May 16, 2011


I Can't Float On, I'll Float On

Lupe Fiasco is the first person to say that he's not crazy about his Top 20 hit "The Show Goes On." In an interview with the Chicago MC in Complex magazine, he says he "didn't have nothing to do with that record... That wasn't like I knew the producer or knew the writer or anything like that. That was one of those records the record company gave me." Still, it's a strangely powerful piece of music, with more staying power than he realized at first (it rose to its peak after initially dropping off the charts), and invisible tendrils extending into the history of rock and R&B.

Let's start by naming some of the other contributors Lupe Fiasco elides over. Its producer is Kane Beatz, whose other records include Trey Songz and Nicki Minaj's "Bottoms Up," as well as Young Money's "BedRock"; the chorus is sung by J.R. Get Money, an Atlanta-based affiliate of T.I.'s label Grand Hustle. And the chorus melody—as well as the song's needling, twitching guitar hook—comes from an unlikely place: Modest Mouse's 2004 modern-rock hit "Float On."

Both Lupe's song and Modest Mouse's are about getting by, pushing on, moving forward, being implacable, taking victories where you can find them. That's true of their careers, too: Modest Mouse didn't really have a commercial breakthrough until the comparatively slick "Float On," recorded a solid decade into a career of steady touring and recording. ("Float On" isn't Modest Mouse's only hip-hop connection, either: OutKast's Big Boi recently tweeted that he's working with them on their long-awaited next album, too.) And as much as Lupe makes it clear that he's frustrated by being an artist who is, as he puts it, "not on the 'A' list at Atlantic Records," he also did go ahead and record "The Show Goes On."

Long before Modest Mouse floated on, the Floaters recorded their own "Float On"—the later song has to be a reference to the earlier one, an exemplar of the kind of ultra-smooth soul of its era.

Replete with references to the band members' star signs, it topped the American soul charts for six weeks in 1977. (Another hip-hop link: Stetsasonic, who wore a variation on the Floaters' all-white outfits, recorded a longer variation on "Float On" on their debut album, 1988's In Full Gear.) And then they, too, ran into music-business trouble, struggling to come up with a follow-up to the hit that had their name in it.

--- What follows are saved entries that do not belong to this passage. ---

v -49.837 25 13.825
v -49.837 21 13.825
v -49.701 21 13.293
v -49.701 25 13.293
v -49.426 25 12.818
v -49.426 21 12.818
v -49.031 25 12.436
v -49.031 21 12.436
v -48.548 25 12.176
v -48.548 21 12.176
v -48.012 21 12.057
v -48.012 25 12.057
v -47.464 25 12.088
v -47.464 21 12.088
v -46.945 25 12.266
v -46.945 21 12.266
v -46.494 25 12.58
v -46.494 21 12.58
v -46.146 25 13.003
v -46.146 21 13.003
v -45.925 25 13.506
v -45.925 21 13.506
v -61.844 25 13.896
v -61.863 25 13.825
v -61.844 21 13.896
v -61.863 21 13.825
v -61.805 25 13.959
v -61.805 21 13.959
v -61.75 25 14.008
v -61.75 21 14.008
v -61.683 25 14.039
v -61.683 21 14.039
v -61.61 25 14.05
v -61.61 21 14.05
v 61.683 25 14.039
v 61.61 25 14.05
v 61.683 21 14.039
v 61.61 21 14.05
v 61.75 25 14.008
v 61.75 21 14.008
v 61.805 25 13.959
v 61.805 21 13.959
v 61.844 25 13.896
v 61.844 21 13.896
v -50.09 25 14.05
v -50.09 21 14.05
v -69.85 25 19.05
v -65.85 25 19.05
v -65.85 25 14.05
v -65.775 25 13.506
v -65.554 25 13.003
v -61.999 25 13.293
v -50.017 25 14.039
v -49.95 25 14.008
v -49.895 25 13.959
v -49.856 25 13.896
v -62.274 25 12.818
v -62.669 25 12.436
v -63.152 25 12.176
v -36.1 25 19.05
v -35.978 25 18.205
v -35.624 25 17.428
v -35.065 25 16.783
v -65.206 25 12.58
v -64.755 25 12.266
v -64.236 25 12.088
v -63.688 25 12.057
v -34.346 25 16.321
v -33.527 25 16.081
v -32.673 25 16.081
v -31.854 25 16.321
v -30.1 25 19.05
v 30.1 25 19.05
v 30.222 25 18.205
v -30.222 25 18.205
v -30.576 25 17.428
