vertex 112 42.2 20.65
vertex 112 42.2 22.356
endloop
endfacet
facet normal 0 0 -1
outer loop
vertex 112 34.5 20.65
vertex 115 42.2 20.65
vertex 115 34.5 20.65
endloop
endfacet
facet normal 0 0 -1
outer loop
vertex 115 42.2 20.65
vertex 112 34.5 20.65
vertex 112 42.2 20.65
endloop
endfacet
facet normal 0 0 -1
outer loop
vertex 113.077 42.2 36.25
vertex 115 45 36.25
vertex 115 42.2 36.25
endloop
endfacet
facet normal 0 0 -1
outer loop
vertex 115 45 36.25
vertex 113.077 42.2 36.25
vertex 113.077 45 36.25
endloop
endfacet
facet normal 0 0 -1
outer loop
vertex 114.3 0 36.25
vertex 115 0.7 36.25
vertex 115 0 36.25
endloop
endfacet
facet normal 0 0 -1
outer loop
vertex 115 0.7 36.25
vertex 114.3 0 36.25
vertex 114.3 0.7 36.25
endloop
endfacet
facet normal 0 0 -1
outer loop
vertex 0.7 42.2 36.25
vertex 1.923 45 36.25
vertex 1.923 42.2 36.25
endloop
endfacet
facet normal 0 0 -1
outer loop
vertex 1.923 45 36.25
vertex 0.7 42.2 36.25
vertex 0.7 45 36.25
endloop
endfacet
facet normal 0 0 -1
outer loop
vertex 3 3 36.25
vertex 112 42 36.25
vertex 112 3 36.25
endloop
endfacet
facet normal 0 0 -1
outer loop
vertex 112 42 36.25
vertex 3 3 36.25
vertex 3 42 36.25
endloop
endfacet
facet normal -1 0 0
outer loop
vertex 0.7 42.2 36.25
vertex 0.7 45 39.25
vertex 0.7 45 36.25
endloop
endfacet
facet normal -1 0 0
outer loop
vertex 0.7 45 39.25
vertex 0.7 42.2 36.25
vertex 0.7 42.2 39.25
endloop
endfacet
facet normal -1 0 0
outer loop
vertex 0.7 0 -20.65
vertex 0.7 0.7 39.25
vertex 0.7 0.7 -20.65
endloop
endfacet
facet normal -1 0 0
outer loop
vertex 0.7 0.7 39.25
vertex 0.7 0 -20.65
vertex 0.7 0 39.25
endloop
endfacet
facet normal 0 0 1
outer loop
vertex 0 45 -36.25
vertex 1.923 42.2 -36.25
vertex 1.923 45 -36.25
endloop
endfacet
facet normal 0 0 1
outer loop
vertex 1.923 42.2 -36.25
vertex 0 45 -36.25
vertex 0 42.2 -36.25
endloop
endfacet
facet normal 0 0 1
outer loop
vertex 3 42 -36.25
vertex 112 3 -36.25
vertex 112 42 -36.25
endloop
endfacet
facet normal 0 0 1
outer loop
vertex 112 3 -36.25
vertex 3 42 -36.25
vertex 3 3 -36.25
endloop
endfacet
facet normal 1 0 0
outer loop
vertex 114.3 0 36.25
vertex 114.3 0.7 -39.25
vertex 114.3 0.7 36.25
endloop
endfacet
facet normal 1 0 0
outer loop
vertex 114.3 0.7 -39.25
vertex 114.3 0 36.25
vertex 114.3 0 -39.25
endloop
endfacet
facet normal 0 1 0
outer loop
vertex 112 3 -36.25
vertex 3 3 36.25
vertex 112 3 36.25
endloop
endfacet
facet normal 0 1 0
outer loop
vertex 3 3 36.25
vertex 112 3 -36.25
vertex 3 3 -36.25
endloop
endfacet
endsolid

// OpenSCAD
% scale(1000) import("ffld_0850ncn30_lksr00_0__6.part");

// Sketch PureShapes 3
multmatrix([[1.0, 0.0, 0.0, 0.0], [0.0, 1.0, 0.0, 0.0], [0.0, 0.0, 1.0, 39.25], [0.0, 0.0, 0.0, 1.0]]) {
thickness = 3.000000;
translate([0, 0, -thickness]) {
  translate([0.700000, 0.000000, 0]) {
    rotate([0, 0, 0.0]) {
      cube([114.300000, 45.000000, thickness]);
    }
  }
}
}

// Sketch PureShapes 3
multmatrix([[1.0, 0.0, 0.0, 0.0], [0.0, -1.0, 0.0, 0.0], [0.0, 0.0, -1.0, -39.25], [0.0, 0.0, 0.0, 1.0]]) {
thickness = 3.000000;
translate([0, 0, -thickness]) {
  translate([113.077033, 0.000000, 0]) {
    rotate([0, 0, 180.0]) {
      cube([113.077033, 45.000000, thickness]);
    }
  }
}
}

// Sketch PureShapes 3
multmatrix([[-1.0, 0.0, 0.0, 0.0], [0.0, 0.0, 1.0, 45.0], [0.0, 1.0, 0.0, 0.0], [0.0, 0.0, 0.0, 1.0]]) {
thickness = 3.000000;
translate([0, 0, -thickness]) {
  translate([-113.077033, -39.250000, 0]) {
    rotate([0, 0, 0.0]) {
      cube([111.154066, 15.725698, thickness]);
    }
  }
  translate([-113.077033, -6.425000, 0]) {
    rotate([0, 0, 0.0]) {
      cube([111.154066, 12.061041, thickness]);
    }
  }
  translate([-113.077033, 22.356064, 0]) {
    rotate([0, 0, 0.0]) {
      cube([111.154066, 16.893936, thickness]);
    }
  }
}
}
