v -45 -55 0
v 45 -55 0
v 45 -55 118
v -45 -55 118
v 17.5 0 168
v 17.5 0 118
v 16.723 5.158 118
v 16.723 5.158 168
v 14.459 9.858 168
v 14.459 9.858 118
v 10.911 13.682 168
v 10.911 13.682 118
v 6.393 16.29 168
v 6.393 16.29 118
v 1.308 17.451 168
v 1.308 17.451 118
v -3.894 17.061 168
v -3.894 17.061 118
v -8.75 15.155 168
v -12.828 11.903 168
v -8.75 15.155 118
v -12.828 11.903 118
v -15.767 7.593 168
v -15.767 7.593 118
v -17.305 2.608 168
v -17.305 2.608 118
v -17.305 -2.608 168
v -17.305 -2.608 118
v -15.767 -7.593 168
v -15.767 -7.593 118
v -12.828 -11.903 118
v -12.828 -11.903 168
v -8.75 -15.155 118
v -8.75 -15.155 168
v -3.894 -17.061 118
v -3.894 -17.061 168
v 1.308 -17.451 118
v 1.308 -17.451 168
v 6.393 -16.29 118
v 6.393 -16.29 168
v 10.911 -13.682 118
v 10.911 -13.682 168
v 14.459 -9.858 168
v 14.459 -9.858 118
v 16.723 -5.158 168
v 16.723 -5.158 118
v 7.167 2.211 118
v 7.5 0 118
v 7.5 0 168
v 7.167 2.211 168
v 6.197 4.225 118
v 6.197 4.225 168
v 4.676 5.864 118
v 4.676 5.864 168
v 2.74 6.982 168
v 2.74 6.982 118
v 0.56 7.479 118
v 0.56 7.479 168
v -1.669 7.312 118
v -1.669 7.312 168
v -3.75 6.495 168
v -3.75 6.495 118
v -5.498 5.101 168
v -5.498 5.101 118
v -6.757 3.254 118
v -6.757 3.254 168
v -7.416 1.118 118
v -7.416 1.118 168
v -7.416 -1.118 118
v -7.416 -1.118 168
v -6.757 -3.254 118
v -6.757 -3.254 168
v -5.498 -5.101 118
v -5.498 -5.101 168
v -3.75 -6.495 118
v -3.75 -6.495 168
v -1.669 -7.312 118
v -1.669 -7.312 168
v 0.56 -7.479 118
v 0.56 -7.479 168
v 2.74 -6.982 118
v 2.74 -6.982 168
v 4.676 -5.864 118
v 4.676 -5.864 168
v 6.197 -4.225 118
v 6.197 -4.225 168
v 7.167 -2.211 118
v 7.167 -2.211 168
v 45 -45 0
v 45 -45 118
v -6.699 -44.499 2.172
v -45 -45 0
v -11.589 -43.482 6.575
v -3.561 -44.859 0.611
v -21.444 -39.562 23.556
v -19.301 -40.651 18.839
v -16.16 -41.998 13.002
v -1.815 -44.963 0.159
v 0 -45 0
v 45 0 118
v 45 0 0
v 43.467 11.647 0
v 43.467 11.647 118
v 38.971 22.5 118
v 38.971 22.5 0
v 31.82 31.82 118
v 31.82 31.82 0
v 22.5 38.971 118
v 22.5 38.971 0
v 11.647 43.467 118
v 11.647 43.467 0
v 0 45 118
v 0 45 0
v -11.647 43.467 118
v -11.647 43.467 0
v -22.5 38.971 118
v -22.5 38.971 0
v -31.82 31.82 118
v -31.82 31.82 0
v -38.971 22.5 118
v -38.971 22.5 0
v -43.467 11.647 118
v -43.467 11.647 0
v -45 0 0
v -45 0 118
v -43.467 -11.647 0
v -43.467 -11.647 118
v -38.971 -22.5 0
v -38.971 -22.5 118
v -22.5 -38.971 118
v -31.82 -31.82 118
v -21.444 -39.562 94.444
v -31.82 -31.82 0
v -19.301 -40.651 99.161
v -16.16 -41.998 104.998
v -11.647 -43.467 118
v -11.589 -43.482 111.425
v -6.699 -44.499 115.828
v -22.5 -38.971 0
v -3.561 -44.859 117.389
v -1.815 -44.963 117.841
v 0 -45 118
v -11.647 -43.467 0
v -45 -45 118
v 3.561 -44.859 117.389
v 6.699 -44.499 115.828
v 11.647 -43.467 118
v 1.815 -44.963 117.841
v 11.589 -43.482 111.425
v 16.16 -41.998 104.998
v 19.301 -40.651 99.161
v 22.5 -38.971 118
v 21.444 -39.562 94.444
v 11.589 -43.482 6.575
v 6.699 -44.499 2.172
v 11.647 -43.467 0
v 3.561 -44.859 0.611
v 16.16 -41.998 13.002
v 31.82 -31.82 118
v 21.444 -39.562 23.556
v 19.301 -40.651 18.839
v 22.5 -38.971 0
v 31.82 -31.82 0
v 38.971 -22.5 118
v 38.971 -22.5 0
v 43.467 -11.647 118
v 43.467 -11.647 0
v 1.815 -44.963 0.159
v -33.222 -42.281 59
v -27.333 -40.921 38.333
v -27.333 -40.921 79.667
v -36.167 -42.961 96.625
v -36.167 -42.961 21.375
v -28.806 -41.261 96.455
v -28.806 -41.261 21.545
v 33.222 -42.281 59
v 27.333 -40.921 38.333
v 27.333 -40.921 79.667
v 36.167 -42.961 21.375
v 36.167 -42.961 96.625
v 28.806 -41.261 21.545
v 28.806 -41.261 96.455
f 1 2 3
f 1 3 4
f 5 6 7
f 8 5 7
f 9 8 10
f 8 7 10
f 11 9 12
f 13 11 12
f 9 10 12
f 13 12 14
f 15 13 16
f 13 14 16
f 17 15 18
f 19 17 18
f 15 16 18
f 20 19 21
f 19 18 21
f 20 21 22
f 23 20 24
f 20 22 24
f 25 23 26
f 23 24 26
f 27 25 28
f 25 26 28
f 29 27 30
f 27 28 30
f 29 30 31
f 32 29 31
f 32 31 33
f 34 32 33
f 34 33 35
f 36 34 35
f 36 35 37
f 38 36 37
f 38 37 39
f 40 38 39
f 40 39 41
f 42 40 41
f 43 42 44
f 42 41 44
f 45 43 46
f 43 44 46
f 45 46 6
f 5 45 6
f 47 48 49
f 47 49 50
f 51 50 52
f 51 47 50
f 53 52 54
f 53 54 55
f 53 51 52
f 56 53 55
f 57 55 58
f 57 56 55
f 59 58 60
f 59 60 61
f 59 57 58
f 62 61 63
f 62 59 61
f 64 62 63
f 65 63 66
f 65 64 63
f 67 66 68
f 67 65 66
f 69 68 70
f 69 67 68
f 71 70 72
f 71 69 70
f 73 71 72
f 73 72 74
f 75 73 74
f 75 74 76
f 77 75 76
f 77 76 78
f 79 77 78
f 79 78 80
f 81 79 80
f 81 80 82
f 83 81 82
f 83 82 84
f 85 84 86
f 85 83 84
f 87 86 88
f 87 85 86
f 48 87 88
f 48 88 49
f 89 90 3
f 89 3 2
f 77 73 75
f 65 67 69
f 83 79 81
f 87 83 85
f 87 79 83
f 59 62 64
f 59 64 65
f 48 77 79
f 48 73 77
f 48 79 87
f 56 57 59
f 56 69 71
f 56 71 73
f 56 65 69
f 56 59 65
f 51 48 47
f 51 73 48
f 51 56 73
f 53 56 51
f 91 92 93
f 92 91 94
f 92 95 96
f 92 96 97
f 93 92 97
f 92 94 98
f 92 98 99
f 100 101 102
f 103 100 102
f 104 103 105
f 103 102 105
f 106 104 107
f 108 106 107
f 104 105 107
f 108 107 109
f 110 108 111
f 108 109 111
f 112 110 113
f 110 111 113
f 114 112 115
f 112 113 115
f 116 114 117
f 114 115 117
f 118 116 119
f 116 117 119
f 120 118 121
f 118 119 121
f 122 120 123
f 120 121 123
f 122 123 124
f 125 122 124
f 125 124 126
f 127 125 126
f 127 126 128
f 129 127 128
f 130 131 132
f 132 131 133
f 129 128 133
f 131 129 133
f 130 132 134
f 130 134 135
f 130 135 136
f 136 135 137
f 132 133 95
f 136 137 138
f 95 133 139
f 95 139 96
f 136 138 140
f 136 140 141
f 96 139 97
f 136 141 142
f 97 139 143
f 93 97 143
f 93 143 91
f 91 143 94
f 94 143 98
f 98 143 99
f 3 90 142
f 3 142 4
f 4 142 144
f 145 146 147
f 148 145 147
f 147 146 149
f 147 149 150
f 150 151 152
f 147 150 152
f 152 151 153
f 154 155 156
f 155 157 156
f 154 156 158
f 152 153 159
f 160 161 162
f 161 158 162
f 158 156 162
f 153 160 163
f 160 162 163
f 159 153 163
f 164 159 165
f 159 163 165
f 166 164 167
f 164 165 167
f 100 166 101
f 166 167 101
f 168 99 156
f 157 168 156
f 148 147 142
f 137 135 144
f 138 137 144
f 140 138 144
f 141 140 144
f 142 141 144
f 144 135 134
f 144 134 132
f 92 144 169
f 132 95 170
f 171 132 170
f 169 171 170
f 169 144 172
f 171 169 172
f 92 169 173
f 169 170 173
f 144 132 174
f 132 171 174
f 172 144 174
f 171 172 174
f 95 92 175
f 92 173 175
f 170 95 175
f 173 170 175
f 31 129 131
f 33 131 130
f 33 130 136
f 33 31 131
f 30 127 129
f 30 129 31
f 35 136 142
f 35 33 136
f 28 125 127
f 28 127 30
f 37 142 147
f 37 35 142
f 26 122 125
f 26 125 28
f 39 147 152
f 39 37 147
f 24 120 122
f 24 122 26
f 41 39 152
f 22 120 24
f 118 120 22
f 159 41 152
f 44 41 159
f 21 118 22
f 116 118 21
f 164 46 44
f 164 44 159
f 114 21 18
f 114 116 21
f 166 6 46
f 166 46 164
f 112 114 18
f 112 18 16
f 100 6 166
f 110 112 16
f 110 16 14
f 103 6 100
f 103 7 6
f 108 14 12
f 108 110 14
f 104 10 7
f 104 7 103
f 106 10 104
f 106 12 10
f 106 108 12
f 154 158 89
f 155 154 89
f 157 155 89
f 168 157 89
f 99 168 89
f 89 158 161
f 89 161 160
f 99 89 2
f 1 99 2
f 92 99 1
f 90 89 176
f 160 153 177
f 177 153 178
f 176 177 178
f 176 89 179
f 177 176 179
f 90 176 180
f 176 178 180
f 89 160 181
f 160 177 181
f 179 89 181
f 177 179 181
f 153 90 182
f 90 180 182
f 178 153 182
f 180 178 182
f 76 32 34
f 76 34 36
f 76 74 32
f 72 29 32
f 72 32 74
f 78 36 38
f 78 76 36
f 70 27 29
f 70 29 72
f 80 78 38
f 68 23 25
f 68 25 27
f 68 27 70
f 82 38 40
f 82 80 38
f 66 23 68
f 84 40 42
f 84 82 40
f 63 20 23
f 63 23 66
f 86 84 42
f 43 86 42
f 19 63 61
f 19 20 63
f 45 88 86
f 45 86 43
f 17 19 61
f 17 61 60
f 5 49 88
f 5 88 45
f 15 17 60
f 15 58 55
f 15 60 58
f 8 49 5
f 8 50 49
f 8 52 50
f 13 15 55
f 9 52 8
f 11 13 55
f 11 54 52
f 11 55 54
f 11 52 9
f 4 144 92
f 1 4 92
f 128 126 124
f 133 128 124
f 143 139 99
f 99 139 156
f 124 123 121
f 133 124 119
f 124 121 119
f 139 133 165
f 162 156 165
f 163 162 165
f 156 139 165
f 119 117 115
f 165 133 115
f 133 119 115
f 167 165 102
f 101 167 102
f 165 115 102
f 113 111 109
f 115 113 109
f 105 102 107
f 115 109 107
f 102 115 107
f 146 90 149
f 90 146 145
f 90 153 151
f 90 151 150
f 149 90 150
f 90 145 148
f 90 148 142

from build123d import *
from build123d.topology import SkipClean

# Parameters (mm, degrees)
SKETCH1_R                     = 45
BOSS_EXTRUDE1_DEPTH           = 118
SKETCH2_R                     = 17.5
SKETCH2_R_2                   = 7.5
BOSS_EXTRUDE2_DEPTH           = 50
SKETCH3_W                     = 90
SKETCH3_H                     = 118
BOSS_EXTRUDE3_DEPTH           = 10
SKETCH3_2_W                   = 90
SKETCH3_2_H                   = 118
BOSS_EXTRUDE4_DEPTH           = 6
BOSS_EXTRUDE4_TAPER           = 77
BOSS_EXTRUDE4_OTHER_WAY_DEPTH = 6
BOSS_EXTRUDE4_OTHER_WAY_TAPER = 77


with BuildPart() as part:
    # Sketch1 → Boss-Extrude1 (new body)
    with BuildSketch(Plane.XY):
        Circle(SKETCH1_R)
    extrude(amount=BOSS_EXTRUDE1_DEPTH)

    # Sketch2 → Boss-Extrude2 (add)
    with BuildSketch(Plane.XY.offset(118)):
        Circle(SKETCH2_R)
        Circle(SKETCH2_R_2, mode=Mode.SUBTRACT)
    extrude(amount=BOSS_EXTRUDE2_DEPTH)



with BuildPart() as body_2:
    # Sketch3 → Boss-Extrude3 (new body)
    with BuildSketch(Plane(origin=(0, -45, 0), x_dir=(-1, 0, 0), z_dir=(0, -1, 0))):
        with Locations((0, -59)):
            Rectangle(SKETCH3_W, SKETCH3_H)
    extrude(amount=BOSS_EXTRUDE3_DEPTH)


with BuildPart() as part_1:
    add(part.part)

    add(body_2.part)  # Boss-Extrude4 merges body 2
    # Sketch3<2> → Boss-Extrude4 (add)
    with BuildSketch(Plane(origin=(0, -45, 0), x_dir=(-1, 0, 0), z_dir=(0, -1, 0))):
        with Locations((0, -59)):
            Rectangle(SKETCH3_2_W, SKETCH3_2_H)
    extrude(amount=BOSS_EXTRUDE4_DEPTH, taper=BOSS_EXTRUDE4_TAPER)

    # Sketch3<2> → Boss-Extrude4 other way (add)
    with SkipClean():  # the faces are left unmerged after this step: merging them gives an invalid solid
        with BuildSketch(Plane(origin=(0, -45, 0), x_dir=(-1, 0, 0), z_dir=(0, -1, 0))):
            with Locations((0, -59)):
                Rectangle(SKETCH3_2_W, SKETCH3_2_H)
        extrude(amount=-BOSS_EXTRUDE4_OTHER_WAY_DEPTH, taper=BOSS_EXTRUDE4_OTHER_WAY_TAPER)


solid = part_1.part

There's also another rock 'n' roll source to Lupe's rap in "The Show Goes On." "Have you ever had the feeling that you was bein' had?" his first verse starts. As he made explicit in an interview with the Chicago Tribune, that's a riff on Johnny Rotten's famous closing words at the final Sex Pistols show, at Winterland in San Francisco in 1978: "Ah-ha-ha. Ever get the feeling you've been cheated?" And it's a barely veiled slap at the record-label politics behind the song itself. The Pistols had their own trouble with record labels, of course—"The Great Rock 'n' Roll Swindle," the title of their posthumous documentary and compilation, partly refers to the fact that they were signed and dropped by EMI (who got a venomous song named after them in return), signed and dropped by A&M, and finally signed to Virgin Records, all within an eight-month period.

The song the Sex Pistols chose to make their final show go off with wasn't one of their own: it was a cover of the Stooges' 1969 rocker "No Fun"—a song that at that historical juncture seemed positively ancient. (It was, in other words, roughly as old then as Modest Mouse's "Float On" is now.)

In some ways, "No Fun" is the inverse of "The Show Goes On." Where Lupe Fiasco's breaking out of his geographical shell ("I was once that little boy/Terrified of the world/Now I'm on a world tour"), the Stooges' singer Iggy Pop winds himself deeper and deeper into isolation, paralysis and stasis—"Maybe go out, maybe stay home." Lupe's hyperverbal; "No Fun" is boiled down to nearly as short a lyric as a rock song has ever pulled off. But Iggy's existential frustration is as potent as Lupe's more concrete irritation with his circumstances. It's their fuming dissatisfaction, the feeling that they've somehow been cheated, that lights the fire under both of them.